• WHAT IS REQUIRED
Take the entries below and print, exactly, the stretch from the line containing "#184=EDGE_LOOP('',(#183));" through the line containing "END-ISO-10303-21;", both included.
####################
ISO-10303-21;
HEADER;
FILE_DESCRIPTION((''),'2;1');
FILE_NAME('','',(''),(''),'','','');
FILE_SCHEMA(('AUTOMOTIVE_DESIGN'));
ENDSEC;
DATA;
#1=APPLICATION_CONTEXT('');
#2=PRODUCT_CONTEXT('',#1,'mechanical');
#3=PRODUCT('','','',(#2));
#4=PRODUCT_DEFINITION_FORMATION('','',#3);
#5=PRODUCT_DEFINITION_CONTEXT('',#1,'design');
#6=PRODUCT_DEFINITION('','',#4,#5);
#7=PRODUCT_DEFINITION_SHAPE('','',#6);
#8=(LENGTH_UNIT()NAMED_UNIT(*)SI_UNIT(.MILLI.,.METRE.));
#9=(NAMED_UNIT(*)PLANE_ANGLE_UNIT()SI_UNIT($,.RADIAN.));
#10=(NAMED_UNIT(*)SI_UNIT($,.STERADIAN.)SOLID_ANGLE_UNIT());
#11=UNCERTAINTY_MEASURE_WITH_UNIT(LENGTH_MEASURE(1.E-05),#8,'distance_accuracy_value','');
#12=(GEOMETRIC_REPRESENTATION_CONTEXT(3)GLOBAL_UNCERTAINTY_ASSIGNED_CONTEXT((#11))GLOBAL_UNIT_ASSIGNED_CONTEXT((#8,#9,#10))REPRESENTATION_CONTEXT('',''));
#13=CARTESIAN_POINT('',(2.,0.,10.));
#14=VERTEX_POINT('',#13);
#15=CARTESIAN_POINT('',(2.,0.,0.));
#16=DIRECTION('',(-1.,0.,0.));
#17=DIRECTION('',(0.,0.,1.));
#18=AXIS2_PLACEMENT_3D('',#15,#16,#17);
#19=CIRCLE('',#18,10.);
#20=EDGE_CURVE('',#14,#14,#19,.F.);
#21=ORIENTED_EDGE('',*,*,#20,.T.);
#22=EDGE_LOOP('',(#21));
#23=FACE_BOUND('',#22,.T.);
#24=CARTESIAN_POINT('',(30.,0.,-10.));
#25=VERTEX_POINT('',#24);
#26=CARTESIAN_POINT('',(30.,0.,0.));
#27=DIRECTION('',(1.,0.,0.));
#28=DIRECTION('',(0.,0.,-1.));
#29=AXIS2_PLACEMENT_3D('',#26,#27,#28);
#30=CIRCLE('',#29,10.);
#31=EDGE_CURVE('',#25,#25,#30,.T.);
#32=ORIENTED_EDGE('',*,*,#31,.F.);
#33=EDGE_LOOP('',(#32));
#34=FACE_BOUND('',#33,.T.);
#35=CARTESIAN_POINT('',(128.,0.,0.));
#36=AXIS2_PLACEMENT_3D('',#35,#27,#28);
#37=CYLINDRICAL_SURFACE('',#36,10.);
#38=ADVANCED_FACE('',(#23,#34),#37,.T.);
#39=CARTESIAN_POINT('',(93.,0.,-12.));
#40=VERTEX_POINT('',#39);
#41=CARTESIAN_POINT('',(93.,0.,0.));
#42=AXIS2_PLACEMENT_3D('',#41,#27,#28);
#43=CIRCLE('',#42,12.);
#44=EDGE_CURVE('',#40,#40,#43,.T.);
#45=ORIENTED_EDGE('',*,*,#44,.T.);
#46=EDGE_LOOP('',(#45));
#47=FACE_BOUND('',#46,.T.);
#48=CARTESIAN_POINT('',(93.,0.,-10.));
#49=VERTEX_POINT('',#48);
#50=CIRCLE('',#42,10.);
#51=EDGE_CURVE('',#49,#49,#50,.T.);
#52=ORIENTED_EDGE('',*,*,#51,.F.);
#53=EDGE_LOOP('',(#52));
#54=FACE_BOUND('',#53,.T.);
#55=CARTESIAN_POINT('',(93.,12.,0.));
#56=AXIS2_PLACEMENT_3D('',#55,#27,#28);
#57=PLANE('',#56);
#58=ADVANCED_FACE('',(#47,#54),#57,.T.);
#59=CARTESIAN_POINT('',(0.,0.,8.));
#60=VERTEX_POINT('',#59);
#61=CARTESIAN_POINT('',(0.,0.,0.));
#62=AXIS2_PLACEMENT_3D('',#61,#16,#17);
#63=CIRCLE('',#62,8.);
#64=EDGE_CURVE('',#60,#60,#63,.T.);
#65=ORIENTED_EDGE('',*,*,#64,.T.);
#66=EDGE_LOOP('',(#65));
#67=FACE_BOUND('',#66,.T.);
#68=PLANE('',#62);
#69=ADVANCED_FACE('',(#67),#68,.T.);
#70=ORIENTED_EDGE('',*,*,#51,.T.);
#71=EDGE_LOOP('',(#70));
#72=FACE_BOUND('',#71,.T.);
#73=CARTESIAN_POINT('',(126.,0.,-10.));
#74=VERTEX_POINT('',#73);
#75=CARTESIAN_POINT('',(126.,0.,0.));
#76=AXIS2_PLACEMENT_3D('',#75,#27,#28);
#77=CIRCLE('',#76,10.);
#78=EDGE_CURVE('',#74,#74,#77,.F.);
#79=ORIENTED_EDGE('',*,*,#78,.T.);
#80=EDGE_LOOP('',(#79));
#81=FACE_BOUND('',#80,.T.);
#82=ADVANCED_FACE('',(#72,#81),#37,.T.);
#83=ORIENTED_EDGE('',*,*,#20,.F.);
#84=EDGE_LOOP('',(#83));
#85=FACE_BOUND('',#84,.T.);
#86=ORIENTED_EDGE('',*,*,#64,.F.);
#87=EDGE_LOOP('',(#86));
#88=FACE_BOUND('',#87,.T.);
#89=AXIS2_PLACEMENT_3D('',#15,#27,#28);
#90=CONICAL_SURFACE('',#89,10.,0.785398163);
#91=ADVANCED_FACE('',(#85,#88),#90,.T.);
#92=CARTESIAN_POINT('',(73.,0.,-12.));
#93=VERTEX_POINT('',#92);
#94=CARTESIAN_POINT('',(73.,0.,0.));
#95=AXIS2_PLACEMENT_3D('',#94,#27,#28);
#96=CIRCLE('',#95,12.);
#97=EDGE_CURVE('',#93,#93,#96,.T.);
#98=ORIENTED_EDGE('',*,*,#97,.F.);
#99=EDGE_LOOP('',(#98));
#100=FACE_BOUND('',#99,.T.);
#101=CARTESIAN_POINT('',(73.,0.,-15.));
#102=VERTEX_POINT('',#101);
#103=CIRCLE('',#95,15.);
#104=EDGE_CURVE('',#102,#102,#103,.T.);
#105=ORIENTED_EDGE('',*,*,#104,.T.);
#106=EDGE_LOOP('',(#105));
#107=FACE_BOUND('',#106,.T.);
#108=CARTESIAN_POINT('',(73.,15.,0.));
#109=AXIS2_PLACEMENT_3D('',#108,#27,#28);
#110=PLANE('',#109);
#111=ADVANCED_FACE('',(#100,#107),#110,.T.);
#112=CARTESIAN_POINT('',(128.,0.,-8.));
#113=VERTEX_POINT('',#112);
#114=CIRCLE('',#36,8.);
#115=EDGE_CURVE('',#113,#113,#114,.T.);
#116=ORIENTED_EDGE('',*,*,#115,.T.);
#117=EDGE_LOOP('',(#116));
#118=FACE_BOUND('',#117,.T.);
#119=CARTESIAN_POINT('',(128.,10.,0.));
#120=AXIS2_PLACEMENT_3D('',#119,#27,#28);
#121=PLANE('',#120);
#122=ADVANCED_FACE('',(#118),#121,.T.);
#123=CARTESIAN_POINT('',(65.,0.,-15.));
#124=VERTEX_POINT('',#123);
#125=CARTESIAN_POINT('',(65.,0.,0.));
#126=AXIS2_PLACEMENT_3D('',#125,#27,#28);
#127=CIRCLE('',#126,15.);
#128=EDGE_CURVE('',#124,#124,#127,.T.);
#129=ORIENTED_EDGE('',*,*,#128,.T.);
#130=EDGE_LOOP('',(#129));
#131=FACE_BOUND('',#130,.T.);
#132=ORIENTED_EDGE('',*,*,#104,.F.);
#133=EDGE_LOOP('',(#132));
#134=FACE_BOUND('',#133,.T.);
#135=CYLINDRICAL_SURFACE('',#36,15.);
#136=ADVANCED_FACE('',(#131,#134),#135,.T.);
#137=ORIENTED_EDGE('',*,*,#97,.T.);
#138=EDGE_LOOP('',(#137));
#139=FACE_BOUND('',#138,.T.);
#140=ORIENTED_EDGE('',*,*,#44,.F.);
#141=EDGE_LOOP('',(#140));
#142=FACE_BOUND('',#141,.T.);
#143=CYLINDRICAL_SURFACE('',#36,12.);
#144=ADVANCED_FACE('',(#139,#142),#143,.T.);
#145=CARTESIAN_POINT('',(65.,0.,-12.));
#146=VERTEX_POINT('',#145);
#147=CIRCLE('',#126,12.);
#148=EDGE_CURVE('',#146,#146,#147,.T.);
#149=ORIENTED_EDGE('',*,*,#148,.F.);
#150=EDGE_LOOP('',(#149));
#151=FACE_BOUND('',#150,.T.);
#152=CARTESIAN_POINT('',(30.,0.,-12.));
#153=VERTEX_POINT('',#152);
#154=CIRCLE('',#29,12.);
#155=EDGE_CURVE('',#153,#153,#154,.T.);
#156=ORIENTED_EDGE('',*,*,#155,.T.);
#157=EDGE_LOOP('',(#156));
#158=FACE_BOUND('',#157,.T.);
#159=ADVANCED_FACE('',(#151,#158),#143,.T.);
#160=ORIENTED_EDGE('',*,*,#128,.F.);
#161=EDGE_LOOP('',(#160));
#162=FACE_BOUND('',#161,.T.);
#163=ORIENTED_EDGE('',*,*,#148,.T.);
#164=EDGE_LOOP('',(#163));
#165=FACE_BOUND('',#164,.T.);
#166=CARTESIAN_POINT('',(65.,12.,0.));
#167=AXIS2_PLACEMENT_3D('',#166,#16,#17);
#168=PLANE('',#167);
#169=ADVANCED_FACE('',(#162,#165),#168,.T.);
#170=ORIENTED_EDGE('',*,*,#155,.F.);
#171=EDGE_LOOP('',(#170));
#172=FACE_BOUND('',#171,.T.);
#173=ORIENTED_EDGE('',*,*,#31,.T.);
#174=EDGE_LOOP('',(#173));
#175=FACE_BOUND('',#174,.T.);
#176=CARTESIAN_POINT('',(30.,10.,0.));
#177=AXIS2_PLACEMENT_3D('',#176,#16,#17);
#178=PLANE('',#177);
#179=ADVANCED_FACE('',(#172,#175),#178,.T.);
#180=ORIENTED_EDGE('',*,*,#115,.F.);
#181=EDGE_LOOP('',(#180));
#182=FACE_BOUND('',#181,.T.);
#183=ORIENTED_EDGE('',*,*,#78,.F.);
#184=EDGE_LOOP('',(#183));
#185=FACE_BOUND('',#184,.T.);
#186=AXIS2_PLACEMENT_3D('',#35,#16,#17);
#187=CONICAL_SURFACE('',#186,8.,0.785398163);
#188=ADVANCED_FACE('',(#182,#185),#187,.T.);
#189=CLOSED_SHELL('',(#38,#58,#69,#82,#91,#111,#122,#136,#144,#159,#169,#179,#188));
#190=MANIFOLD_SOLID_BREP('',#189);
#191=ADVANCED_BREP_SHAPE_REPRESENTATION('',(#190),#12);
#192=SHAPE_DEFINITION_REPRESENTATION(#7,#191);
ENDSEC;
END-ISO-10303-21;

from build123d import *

# Parameters (mm, degrees)
ZKOSEN_1_SIZE = 2


with BuildPart() as part:
    # Skica1 → Rotovat1 (revolve)
    with BuildSketch(Plane.XY):
        Polygon((0, 0), (0, 10), (30, 10), (30, 12), (65, 12), (65, 15), (73, 15), (73, 12), (93, 12), (93, 10), (128, 10), (128, 0), align=None)
    revolve(axis=Axis((128, 0, 0), (-1, 0, 0)))

    # Zkosení1
    zkosen_1_edges = [part.edges().sort_by_distance(p)[0] for p in [
        (0, -10, 0),
        (128, -10, 0),
    ]]
    chamfer(zkosen_1_edges, length=ZKOSEN_1_SIZE)


solid = part.part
####################
• WRITTEN ANSWER
#184=EDGE_LOOP('',(#183));
#185=FACE_BOUND('',#184,.T.);
#186=AXIS2_PLACEMENT_3D('',#35,#16,#17);
#187=CONICAL_SURFACE('',#186,8.,0.785398163);
#188=ADVANCED_FACE('',(#182,#185),#187,.T.);
#189=CLOSED_SHELL('',(#38,#58,#69,#82,#91,#111,#122,#136,#144,#159,#169,#179,#188));
#190=MANIFOLD_SOLID_BREP('',#189);
#191=ADVANCED_BREP_SHAPE_REPRESENTATION('',(#190),#12);
#192=SHAPE_DEFINITION_REPRESENTATION(#7,#191);
ENDSEC;
END-ISO-10303-21;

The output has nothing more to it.